Activity
Please transcribe exactly, and only, the lines of the data below between the line holding "v11 (396.5,450,-110.95)" and the line holding "v19 (-396.5,0,175)", inclusive.

╭─ Data section

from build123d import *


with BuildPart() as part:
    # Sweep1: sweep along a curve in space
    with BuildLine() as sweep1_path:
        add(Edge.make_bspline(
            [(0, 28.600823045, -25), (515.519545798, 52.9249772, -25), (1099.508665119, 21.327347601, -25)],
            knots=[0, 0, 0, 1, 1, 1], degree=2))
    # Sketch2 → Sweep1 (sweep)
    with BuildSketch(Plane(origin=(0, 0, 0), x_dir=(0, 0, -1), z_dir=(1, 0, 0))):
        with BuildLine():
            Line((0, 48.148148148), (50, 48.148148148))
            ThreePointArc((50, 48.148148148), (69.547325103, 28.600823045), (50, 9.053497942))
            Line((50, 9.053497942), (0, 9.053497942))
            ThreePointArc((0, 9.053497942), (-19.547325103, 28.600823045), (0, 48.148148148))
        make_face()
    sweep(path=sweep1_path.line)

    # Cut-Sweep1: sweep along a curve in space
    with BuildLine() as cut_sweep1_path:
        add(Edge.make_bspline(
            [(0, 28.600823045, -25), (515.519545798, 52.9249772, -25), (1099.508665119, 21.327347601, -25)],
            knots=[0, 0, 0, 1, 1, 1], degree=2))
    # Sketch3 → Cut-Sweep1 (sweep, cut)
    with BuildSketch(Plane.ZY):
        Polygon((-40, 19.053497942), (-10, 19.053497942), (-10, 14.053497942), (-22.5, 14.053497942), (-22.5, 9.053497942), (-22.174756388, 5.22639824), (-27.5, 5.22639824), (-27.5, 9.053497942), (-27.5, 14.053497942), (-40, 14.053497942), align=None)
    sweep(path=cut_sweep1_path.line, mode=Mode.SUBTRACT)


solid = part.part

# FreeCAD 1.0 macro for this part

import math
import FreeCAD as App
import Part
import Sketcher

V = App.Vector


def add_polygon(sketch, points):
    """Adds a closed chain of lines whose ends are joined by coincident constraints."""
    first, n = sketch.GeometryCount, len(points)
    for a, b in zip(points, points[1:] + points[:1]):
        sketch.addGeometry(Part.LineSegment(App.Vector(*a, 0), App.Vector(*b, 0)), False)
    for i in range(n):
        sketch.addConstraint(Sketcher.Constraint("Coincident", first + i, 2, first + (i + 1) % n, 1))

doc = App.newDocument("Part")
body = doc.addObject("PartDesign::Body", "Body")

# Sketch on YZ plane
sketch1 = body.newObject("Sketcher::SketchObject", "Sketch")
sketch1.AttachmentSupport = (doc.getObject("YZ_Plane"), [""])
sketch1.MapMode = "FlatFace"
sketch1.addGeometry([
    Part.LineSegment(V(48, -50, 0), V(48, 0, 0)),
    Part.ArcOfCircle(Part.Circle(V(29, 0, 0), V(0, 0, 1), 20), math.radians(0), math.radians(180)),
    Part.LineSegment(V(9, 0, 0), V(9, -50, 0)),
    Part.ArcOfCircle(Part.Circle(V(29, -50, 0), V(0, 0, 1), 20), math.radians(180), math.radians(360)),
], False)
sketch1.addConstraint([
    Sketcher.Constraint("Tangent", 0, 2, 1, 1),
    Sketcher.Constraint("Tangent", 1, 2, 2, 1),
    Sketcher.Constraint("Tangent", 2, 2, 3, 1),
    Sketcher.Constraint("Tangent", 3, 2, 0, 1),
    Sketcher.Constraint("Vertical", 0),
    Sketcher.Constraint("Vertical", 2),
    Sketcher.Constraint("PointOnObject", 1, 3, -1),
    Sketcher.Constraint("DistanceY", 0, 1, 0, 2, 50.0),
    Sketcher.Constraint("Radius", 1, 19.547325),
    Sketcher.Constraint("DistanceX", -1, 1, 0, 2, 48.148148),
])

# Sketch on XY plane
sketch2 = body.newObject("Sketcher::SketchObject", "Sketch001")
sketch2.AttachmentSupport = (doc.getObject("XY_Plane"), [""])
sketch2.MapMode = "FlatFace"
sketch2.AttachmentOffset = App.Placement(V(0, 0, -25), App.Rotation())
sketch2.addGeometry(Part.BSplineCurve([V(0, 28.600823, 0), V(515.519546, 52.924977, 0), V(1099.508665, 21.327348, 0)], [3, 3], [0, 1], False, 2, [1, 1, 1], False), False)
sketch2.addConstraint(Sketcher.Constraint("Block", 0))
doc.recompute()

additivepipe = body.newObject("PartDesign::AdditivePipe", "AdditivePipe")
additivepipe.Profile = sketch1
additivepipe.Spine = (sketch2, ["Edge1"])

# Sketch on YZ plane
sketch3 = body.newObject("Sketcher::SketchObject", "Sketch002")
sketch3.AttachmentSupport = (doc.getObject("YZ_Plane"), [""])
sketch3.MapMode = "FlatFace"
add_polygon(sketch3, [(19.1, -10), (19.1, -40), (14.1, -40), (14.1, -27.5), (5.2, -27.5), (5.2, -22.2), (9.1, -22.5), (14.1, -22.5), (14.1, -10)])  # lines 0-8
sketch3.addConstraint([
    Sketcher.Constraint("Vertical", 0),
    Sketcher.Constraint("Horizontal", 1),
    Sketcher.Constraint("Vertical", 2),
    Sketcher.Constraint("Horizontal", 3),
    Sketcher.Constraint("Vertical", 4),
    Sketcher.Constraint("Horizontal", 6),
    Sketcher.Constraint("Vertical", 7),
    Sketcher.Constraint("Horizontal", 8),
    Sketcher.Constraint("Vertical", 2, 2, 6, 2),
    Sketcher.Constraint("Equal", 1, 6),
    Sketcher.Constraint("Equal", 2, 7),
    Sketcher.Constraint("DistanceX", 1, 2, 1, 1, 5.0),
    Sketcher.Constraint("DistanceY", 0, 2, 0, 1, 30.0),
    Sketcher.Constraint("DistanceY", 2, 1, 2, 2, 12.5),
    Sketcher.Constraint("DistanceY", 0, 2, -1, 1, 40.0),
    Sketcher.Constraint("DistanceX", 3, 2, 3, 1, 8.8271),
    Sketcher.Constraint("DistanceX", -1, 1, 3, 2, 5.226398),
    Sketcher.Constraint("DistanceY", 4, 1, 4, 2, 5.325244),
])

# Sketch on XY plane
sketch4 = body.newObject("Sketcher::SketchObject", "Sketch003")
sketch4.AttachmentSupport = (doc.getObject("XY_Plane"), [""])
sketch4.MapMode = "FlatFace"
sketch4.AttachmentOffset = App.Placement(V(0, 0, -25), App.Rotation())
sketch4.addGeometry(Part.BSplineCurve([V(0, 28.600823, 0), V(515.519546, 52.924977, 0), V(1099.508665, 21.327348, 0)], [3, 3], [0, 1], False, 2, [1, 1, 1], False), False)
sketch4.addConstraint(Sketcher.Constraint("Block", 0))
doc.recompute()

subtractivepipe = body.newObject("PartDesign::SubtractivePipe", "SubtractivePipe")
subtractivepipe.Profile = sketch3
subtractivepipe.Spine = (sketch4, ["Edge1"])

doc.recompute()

╰─
╭─ Data section

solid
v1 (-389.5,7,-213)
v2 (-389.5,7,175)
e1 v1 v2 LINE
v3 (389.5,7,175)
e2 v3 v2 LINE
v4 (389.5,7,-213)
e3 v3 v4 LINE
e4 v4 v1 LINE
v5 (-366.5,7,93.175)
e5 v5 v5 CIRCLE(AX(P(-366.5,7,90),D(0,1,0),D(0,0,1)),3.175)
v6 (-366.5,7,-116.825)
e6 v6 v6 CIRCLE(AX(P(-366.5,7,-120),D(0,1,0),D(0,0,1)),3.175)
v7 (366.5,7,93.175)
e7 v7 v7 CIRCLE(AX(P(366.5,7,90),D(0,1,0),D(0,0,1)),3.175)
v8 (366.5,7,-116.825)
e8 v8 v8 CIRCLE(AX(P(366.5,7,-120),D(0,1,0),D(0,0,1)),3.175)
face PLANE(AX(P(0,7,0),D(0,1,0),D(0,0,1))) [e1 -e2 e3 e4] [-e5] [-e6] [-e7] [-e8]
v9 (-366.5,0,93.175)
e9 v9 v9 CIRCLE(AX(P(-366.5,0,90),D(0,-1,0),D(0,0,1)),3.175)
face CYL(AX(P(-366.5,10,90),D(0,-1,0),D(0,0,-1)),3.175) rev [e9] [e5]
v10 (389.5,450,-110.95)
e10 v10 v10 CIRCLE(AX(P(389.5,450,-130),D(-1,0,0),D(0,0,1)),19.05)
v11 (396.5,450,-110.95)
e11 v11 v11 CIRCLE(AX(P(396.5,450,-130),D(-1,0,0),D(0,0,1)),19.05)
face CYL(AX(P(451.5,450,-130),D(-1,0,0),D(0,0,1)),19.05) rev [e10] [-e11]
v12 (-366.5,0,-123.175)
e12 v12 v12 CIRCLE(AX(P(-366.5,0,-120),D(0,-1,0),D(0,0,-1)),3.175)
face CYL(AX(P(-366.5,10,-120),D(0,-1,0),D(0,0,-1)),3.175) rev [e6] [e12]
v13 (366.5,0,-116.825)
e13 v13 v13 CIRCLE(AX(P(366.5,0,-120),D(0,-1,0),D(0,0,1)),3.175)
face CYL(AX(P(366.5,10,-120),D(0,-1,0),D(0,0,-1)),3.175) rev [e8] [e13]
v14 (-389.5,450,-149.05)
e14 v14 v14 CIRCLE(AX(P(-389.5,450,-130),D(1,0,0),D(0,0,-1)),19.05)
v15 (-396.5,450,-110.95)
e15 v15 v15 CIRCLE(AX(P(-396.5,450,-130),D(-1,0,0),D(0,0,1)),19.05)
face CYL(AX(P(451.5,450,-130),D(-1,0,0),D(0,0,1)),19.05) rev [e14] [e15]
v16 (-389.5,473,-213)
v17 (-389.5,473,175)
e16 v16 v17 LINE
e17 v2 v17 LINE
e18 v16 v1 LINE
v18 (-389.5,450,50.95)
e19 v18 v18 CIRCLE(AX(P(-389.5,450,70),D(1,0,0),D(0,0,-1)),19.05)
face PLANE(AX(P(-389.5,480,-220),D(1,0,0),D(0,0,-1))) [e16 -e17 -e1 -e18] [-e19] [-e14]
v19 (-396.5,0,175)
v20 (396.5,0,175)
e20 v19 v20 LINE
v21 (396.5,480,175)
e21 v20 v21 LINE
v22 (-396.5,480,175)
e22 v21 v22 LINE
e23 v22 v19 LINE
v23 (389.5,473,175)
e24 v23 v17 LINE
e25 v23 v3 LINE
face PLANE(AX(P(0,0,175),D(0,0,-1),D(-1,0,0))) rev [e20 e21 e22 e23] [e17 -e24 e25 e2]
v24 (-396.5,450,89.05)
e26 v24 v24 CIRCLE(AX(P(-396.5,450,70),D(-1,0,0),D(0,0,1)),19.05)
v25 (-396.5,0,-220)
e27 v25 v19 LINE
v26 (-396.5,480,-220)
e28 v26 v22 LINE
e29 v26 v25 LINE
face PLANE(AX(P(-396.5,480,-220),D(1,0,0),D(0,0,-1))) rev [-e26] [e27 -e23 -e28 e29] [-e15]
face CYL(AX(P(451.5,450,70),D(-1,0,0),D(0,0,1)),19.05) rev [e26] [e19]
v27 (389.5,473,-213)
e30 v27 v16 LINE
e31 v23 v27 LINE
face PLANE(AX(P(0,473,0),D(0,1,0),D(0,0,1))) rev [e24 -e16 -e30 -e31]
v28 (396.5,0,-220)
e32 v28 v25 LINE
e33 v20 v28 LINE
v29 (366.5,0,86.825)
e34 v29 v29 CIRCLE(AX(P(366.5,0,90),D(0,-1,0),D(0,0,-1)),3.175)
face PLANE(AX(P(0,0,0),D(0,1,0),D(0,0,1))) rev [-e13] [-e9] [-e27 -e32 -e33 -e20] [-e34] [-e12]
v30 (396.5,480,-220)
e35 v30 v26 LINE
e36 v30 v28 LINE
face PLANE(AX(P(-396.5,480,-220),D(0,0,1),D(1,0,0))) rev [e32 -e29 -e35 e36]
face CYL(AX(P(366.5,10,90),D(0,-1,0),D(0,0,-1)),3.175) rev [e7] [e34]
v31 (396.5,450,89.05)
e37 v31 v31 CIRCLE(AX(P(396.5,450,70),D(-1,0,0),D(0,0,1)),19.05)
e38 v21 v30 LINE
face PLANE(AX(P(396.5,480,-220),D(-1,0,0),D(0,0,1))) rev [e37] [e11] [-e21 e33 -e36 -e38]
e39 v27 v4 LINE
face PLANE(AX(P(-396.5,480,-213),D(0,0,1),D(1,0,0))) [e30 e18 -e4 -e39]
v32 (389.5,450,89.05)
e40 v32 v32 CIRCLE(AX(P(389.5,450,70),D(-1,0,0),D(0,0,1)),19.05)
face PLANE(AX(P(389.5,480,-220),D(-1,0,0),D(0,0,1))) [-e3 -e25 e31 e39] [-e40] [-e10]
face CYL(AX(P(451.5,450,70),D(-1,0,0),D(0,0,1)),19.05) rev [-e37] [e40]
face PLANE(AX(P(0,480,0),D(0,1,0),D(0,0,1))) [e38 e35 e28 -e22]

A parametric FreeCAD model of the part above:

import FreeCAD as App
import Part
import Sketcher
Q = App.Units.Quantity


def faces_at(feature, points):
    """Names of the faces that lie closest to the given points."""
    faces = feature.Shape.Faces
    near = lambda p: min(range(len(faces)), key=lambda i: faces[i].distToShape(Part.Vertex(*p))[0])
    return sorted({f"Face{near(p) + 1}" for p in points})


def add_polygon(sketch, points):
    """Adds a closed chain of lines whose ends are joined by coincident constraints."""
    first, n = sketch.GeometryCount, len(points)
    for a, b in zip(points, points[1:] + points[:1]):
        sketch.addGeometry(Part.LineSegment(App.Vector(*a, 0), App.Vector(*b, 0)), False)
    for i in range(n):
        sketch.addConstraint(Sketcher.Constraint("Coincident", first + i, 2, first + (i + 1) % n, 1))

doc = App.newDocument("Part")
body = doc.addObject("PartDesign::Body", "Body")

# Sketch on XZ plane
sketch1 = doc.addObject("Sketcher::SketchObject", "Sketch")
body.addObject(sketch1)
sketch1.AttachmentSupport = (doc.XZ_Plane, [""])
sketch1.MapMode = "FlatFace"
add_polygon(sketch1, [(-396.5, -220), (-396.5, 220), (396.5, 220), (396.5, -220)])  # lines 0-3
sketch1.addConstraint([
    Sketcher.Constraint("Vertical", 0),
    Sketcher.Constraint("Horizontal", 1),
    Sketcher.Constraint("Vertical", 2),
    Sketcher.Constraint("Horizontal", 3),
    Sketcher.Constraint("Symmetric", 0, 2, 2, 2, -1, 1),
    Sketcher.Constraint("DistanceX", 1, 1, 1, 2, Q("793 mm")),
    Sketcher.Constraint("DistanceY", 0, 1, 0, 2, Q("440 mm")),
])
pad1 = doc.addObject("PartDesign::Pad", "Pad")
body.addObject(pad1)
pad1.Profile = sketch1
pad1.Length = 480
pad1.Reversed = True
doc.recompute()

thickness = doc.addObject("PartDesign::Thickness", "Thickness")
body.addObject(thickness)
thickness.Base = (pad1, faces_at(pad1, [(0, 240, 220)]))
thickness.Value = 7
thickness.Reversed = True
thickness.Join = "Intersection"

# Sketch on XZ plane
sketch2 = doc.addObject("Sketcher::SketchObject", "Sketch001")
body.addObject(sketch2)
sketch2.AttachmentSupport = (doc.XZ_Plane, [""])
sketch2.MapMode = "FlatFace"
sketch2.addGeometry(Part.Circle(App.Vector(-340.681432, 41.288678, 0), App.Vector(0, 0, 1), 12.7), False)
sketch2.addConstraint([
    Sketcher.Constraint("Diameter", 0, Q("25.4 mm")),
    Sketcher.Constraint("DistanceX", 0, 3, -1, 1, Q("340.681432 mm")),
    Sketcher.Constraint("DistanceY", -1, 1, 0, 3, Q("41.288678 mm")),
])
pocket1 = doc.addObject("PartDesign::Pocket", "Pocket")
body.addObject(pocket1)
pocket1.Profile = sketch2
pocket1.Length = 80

╰─

Response to this task
v11 (396.5,450,-110.95)
e11 v11 v11 CIRCLE(AX(P(396.5,450,-130),D(-1,0,0),D(0,0,1)),19.05)
face CYL(AX(P(451.5,450,-130),D(-1,0,0),D(0,0,1)),19.05) rev [e10] [-e11]
v12 (-366.5,0,-123.175)
e12 v12 v12 CIRCLE(AX(P(-366.5,0,-120),D(0,-1,0),D(0,0,-1)),3.175)
face CYL(AX(P(-366.5,10,-120),D(0,-1,0),D(0,0,-1)),3.175) rev [e6] [e12]
v13 (366.5,0,-116.825)
e13 v13 v13 CIRCLE(AX(P(366.5,0,-120),D(0,-1,0),D(0,0,1)),3.175)
face CYL(AX(P(366.5,10,-120),D(0,-1,0),D(0,0,-1)),3.175) rev [e8] [e13]
v14 (-389.5,450,-149.05)
e14 v14 v14 CIRCLE(AX(P(-389.5,450,-130),D(1,0,0),D(0,0,-1)),19.05)
v15 (-396.5,450,-110.95)
e15 v15 v15 CIRCLE(AX(P(-396.5,450,-130),D(-1,0,0),D(0,0,1)),19.05)
face CYL(AX(P(451.5,450,-130),D(-1,0,0),D(0,0,1)),19.05) rev [e14] [e15]
v16 (-389.5,473,-213)
v17 (-389.5,473,175)
e16 v16 v17 LINE
e17 v2 v17 LINE
e18 v16 v1 LINE
v18 (-389.5,450,50.95)
e19 v18 v18 CIRCLE(AX(P(-389.5,450,70),D(1,0,0),D(0,0,-1)),19.05)
face PLANE(AX(P(-389.5,480,-220),D(1,0,0),D(0,0,-1))) [e16 -e17 -e1 -e18] [-e19] [-e14]
v19 (-396.5,0,175)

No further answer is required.